Squid's EarHigh

Eddie Prévost is the renowned drummer who was a founder member of the legendary improvisation group AMM, back in 1965, and remains the group's only ever-present member. In November 1999, Prévost set up a free improvisation workshop, which met once a week in London, welcoming interested musicians to turn up and improvise together. (Only the arrival of Covid-19 and its attendant lockdown halted the workshop's unbroken run, a few months after its twentieth anniversary was celebrated; all associated with it anticipate the workshop to reconvene once it is safe to do so.) Over those first twenty years the workshop was attended by well over five-hundred players, with weekly attendance numbers ranging from three up to the mid-twenties. Countless musicians progressed from attending the weekly workshop to playing regular gigs across the capital. Two long-standing members are electronicist Daniel Kordik and trombonist Ed Lucas who met and bonded at the workshop and, in 2013, set up their Earshots label. Like all who attended the workshop, they also met and bonded with Prévost, hence this album.
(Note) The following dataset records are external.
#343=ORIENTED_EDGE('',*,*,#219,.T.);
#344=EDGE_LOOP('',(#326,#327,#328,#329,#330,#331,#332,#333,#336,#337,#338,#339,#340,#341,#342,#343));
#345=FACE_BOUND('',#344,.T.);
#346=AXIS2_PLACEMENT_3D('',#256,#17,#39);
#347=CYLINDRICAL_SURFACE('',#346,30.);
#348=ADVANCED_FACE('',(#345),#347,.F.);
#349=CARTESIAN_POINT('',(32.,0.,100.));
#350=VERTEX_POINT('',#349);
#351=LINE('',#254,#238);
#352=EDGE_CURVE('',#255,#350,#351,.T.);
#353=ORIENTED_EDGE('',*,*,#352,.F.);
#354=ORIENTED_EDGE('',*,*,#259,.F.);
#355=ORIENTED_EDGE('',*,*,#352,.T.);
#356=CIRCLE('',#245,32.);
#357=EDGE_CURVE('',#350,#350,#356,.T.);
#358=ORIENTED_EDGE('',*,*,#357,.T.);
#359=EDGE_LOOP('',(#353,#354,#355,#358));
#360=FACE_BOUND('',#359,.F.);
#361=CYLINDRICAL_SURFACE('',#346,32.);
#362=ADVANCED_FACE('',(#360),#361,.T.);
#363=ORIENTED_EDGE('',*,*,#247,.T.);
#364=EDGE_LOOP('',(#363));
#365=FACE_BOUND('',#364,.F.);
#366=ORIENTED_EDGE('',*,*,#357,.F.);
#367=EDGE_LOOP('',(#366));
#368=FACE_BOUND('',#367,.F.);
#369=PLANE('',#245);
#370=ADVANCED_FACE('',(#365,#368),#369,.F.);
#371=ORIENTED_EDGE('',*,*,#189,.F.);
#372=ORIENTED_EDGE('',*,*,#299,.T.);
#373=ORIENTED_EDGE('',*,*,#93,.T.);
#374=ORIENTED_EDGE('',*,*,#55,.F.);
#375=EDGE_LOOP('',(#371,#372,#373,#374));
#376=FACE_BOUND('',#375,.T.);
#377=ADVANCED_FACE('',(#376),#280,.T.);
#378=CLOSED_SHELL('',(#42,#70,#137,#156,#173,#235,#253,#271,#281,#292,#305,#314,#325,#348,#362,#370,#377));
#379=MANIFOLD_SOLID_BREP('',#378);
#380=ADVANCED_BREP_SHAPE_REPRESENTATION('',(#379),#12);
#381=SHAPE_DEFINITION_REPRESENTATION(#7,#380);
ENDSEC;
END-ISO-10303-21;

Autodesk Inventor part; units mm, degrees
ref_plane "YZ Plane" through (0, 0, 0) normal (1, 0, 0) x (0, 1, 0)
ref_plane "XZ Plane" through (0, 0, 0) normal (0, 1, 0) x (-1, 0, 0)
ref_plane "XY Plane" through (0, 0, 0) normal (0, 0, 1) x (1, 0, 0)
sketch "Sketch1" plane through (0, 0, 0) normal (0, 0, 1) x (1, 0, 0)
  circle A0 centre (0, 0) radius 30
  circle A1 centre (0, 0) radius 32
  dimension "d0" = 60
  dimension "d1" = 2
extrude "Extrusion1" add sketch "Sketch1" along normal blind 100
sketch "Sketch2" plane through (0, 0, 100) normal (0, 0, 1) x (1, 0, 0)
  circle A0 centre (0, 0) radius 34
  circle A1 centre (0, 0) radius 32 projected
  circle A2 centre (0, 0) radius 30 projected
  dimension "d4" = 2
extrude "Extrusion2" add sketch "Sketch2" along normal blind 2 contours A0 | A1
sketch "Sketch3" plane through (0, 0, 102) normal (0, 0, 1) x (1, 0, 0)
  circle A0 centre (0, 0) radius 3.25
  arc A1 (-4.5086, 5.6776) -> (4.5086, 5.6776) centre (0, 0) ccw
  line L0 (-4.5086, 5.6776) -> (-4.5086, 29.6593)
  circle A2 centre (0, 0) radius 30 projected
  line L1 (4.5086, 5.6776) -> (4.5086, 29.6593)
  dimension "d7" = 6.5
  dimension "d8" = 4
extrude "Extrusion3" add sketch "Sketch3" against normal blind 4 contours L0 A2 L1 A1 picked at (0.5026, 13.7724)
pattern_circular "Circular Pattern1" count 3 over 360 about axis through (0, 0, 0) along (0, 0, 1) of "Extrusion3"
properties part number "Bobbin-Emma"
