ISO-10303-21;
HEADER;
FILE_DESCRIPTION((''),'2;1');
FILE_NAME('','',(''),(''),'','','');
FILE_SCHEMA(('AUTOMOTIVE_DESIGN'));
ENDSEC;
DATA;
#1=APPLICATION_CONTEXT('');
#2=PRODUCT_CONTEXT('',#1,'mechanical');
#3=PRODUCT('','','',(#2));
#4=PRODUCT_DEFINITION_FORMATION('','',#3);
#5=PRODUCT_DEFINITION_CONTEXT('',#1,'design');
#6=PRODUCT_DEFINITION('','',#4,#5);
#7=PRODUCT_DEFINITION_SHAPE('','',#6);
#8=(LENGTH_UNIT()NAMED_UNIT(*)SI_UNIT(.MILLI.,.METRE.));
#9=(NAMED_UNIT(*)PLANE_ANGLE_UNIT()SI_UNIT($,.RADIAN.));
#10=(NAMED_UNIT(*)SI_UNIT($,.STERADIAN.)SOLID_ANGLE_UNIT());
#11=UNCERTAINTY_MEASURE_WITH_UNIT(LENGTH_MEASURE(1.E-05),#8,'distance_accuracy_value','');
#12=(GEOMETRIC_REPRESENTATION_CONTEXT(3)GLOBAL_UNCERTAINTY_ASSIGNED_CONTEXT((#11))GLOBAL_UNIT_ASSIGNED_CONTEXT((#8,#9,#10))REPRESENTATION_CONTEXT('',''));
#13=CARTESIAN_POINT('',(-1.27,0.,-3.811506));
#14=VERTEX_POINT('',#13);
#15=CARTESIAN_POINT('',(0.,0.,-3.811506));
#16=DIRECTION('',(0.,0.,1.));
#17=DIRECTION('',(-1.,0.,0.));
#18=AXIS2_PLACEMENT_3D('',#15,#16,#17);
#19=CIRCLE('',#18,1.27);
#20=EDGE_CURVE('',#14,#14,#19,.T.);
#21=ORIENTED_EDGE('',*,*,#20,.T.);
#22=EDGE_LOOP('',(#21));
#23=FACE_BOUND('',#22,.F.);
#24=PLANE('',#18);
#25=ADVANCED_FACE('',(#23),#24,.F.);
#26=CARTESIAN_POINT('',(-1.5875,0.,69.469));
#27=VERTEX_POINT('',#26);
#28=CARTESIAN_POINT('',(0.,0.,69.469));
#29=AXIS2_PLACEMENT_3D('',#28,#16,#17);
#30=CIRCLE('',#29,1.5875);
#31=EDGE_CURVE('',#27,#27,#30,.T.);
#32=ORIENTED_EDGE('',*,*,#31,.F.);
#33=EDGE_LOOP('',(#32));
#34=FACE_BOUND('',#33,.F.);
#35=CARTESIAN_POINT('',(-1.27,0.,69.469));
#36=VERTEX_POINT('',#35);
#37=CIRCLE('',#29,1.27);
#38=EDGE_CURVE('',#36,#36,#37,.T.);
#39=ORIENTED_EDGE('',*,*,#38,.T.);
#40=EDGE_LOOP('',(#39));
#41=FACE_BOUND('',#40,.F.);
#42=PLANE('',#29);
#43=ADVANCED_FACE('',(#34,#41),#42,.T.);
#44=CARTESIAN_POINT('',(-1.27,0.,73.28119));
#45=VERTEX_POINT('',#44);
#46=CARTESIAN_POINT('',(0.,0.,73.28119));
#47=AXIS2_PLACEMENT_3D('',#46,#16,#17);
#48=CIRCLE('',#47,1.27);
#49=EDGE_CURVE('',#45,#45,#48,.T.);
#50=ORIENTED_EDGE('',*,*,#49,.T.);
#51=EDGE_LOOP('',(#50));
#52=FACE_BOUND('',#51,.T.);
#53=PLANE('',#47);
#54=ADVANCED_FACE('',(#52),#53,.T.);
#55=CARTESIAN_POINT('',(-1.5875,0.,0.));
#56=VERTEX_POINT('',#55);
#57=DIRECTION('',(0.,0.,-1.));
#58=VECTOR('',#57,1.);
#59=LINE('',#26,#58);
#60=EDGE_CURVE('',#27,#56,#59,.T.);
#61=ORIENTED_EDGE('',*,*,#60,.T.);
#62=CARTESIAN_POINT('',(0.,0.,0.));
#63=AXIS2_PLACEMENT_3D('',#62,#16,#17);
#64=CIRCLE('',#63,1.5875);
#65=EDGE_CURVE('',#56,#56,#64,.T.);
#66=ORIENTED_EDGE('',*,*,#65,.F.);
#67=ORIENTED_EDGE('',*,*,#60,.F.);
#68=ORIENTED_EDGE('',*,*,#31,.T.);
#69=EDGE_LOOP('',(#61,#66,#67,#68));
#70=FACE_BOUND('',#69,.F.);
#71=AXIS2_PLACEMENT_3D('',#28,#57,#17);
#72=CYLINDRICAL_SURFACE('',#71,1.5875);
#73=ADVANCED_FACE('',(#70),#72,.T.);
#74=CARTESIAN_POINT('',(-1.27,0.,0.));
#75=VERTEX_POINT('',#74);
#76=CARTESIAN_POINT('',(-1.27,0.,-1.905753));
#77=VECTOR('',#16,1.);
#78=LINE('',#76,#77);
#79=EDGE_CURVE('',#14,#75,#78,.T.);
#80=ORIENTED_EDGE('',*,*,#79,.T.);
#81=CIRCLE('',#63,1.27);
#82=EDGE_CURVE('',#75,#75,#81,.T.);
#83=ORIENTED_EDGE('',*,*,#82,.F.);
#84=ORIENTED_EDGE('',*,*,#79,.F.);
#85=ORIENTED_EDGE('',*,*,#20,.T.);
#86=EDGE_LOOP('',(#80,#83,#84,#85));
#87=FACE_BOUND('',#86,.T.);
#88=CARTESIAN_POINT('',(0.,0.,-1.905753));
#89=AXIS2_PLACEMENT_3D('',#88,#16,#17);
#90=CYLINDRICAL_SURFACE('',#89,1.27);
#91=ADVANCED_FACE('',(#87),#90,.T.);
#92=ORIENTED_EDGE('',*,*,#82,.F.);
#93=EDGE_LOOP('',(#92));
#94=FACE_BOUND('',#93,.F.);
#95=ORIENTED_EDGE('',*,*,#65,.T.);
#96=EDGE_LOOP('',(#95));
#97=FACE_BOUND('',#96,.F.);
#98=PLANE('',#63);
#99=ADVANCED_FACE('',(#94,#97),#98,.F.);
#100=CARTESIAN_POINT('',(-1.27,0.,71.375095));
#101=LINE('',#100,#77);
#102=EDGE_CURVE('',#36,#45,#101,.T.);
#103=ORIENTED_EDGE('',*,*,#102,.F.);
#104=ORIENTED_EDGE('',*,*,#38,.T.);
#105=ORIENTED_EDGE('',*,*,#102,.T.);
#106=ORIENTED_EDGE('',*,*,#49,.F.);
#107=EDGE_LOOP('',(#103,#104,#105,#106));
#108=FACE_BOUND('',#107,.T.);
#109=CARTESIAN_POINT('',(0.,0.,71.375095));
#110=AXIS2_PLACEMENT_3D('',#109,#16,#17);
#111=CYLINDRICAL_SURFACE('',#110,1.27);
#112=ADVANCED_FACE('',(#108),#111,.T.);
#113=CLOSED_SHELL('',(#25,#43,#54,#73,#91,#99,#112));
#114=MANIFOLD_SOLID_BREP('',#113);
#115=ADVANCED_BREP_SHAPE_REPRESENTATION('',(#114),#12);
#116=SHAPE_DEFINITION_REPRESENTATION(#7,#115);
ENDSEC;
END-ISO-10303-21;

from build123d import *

# Parameters (mm, degrees)
F0_W   = 1.27
F0_H   = 3.811506
F0_H_2 = 3.812191


with BuildPart() as f1:
    # F0 (on Front) → F1 (revolve)
    with BuildSketch(Plane.XZ):
        with Locations((-0.635, -1.905753)):
            Rectangle(F0_W, F0_H)
        Polygon((-1.27, 0), (0, 0), (0, 69.469), (-1.27, 69.469), (-1.5875, 69.469), (-1.5875, 0), align=None)
        with Locations((-0.635, 71.375095)):
            Rectangle(F0_W, F0_H_2)
    revolve(axis=Axis((0, 0, 34.7345), (0, 0, 1)))


solid = f1.part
In October 2018, Kordik and Lucas had recorded Prévost playing solo, the resulting album Matching Mix being released on Earshots in June 2019. That album was mainly recorded in the twelfth-century All Saints Church at High Laver, near to Prévost's home in Matching Tye, Essex, the acoustic quality of the space having drawn all three to the church. In spring 2019, Kordik and Lucas returned to High Laver to record a trio album with Prévost, once again attracted by the church's acoustics. The album — jointly issued by Earshots and Prévost's own Matchless label — comprises four tracks, totalling forty minutes, which are heard in the order in which they were played in the church.
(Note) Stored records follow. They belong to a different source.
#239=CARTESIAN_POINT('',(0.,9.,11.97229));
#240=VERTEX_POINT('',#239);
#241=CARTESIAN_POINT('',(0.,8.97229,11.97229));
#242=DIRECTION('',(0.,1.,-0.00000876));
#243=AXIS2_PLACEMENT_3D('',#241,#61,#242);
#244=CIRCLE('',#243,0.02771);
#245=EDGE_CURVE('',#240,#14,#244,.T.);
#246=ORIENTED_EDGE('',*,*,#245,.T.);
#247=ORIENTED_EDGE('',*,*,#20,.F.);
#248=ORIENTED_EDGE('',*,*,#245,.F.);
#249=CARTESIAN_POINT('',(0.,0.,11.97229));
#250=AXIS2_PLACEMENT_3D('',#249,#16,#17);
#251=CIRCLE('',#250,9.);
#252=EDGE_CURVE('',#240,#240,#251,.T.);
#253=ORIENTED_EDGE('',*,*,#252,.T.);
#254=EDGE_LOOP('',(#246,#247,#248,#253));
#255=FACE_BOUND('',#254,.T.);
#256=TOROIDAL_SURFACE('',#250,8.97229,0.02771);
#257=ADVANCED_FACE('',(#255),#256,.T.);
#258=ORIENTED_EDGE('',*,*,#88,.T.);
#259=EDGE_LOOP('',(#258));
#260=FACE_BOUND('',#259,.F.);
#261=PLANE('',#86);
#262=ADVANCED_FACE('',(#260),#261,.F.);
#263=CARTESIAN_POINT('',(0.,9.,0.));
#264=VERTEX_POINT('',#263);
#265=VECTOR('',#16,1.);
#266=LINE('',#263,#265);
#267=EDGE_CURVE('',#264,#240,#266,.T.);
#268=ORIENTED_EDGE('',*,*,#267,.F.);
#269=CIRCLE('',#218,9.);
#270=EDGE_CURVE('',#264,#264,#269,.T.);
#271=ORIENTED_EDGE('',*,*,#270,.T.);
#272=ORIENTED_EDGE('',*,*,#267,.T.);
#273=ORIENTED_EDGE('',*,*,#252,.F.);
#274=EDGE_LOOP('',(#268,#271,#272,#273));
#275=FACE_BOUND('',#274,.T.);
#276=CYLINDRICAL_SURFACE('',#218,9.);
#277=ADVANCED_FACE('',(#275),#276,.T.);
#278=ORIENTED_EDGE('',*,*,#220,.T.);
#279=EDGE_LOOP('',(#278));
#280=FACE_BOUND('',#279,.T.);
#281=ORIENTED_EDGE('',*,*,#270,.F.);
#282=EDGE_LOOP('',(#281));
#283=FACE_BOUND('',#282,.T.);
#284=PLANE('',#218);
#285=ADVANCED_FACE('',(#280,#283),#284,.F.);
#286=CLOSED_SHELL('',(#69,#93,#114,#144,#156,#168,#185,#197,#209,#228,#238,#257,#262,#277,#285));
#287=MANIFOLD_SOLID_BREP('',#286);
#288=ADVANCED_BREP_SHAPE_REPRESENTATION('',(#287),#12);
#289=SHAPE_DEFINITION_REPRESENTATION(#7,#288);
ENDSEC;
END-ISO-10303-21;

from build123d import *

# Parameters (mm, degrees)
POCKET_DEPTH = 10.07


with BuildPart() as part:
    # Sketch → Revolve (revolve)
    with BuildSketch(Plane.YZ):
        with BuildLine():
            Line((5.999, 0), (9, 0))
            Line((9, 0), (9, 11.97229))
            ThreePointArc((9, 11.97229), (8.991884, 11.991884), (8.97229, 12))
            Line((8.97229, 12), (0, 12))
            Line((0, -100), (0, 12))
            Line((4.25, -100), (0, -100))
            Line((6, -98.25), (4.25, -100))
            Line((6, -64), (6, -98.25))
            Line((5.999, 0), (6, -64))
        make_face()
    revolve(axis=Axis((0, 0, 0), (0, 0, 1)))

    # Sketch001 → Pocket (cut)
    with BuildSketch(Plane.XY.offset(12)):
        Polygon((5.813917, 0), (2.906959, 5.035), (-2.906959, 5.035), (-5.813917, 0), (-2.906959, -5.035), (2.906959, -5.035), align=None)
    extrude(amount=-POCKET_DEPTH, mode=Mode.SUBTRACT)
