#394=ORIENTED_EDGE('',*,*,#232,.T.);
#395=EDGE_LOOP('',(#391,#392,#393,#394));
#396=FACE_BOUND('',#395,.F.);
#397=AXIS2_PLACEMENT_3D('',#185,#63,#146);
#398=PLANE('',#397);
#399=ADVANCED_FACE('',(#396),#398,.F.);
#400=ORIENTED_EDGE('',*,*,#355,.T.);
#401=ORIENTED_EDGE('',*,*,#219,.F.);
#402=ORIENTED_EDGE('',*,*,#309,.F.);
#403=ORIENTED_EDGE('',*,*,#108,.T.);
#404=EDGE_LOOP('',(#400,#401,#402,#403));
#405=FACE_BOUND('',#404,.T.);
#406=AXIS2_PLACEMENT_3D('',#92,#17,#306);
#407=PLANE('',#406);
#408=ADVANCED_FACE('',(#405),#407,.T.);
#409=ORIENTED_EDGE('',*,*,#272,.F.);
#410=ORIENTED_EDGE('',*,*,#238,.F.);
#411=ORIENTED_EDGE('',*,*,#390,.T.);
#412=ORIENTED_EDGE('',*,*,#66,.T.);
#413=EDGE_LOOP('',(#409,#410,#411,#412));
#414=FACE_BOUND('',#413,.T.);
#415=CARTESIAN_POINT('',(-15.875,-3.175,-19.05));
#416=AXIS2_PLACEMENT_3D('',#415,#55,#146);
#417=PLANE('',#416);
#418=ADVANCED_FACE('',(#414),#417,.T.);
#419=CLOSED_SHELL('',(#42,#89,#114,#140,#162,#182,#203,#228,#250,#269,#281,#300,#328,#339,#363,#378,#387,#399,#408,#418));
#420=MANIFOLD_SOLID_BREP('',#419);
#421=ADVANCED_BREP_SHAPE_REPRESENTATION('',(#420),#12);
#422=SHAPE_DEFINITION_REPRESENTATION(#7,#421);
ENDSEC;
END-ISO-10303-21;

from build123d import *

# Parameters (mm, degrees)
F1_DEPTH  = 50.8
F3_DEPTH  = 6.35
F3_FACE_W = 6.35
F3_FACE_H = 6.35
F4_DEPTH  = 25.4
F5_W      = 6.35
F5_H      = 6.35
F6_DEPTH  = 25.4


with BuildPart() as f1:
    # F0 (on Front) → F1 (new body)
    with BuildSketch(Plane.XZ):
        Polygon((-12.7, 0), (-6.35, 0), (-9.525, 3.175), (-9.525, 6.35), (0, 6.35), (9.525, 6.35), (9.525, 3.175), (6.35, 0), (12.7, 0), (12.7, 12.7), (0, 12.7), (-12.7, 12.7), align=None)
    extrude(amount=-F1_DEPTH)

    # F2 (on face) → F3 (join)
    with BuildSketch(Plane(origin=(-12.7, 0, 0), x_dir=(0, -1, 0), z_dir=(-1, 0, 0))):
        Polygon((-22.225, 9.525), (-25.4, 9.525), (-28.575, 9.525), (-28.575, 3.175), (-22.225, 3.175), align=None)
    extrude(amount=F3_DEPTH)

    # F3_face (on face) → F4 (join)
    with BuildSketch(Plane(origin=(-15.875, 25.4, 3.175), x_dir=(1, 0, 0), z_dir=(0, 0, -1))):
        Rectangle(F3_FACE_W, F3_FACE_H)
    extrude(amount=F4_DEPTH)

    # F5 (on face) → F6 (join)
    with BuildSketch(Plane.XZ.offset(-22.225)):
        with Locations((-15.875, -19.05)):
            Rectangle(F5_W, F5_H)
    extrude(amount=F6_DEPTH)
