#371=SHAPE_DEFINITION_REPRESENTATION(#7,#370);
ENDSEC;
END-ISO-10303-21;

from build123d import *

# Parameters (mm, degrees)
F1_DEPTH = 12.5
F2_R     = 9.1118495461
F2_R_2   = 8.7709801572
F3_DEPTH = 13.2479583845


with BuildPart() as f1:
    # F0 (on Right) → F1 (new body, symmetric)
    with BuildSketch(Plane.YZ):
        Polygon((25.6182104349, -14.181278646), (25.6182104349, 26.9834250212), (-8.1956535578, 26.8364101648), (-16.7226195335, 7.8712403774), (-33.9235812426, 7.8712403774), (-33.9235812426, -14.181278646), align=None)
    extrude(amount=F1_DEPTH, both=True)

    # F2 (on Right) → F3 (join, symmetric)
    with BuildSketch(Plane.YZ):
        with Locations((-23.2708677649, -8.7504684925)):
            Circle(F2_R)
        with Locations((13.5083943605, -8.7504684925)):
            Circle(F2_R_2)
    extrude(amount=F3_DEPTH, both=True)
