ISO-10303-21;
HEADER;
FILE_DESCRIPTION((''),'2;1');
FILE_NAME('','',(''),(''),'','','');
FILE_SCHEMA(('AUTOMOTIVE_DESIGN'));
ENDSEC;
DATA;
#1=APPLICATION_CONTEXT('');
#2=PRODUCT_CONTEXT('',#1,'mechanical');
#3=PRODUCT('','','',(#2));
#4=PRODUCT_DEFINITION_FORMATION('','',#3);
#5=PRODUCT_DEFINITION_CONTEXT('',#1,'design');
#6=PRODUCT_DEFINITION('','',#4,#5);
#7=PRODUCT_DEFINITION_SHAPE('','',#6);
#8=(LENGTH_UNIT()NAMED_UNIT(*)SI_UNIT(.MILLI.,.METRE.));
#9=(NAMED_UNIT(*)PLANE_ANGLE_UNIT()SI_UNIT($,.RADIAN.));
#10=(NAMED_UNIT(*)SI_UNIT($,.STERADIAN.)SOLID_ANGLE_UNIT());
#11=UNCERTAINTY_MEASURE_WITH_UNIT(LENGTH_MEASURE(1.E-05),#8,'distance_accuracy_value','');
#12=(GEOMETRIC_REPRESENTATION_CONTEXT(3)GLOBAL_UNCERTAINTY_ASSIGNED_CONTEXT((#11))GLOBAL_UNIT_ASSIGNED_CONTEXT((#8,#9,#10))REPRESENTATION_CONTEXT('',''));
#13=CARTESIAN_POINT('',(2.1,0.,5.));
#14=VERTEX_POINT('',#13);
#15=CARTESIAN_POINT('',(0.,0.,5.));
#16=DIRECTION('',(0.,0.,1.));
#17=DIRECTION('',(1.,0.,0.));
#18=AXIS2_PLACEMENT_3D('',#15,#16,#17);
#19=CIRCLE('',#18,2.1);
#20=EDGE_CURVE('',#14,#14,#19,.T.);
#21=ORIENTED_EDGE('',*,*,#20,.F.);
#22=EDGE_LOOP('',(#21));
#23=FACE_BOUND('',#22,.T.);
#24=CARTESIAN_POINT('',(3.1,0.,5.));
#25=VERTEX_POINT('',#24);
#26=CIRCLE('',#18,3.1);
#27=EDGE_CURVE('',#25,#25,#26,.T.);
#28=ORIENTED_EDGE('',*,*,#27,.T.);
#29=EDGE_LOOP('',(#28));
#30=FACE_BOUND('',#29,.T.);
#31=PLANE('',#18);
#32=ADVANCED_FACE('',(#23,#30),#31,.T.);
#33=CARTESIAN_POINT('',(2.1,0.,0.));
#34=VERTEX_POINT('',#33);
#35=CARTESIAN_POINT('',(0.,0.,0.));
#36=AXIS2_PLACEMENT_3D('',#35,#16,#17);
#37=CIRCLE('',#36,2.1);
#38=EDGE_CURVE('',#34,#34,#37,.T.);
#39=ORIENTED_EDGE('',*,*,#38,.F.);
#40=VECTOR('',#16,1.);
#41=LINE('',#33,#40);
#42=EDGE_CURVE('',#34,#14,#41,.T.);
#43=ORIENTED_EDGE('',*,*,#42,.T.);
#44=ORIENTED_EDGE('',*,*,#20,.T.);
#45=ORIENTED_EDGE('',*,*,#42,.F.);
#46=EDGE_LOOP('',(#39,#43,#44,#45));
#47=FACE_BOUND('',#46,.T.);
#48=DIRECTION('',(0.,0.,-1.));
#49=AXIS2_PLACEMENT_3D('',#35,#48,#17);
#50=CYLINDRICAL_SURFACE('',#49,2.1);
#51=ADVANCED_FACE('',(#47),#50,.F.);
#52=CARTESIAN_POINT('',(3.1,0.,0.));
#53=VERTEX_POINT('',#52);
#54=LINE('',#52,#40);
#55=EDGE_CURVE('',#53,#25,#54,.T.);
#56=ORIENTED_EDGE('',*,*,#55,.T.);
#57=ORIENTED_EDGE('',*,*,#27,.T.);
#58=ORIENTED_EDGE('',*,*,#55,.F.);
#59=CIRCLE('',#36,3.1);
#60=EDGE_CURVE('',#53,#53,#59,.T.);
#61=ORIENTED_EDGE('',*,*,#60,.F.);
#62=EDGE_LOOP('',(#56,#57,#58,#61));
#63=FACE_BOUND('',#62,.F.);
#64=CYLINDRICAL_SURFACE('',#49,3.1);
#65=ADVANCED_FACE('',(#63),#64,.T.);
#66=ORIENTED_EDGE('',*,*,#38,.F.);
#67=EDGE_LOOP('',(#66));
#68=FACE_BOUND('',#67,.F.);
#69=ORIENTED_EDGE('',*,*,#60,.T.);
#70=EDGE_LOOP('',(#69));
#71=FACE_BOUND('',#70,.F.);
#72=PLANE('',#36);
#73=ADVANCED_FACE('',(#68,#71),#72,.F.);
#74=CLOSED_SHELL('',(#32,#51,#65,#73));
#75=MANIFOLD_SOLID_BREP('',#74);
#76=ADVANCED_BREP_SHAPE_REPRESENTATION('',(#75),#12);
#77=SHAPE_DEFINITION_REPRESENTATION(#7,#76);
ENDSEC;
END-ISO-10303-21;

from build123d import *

# Parameters (mm, degrees)
SKETCH1_R           = 3.1
SKETCH1_R_2         = 2.1
BOSS_EXTRUDE1_DEPTH = 5


with BuildPart() as part:
    # Sketch1 → Boss-Extrude1 (new body)
    with BuildSketch(Plane.XY):
        Circle(SKETCH1_R)
        Circle(SKETCH1_R_2, mode=Mode.SUBTRACT)
    extrude(amount=BOSS_EXTRUDE1_DEPTH)


solid = part.part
The appropriately titled opener, "Chancel, Nave, Tower", begins with a sound which has practically become Prévost's trademark, the resonating ringing of a bowed cymbal; across the album, he employs a wide range of sounds and techniques, conventional and less so. Once Lucas' trombone and Kordik's synthesiser have made their entrance, the three engage in the type of collective improvisation which typifies the workshop, being based on listening, searching, and responding sympathetically; the results are not obviously led by any of the three, but are produced collectively. None of the instruments is consistently predictable, all of them producing atypical non-stereotyped sounds throughout. Crucially, though, the sounds that they do produce always complement one another perfectly. Just as miraculously, the album's four tracks are distinctly different, each one making satisfying, exhilarating listening. First rate improv. Unconditionally recommended.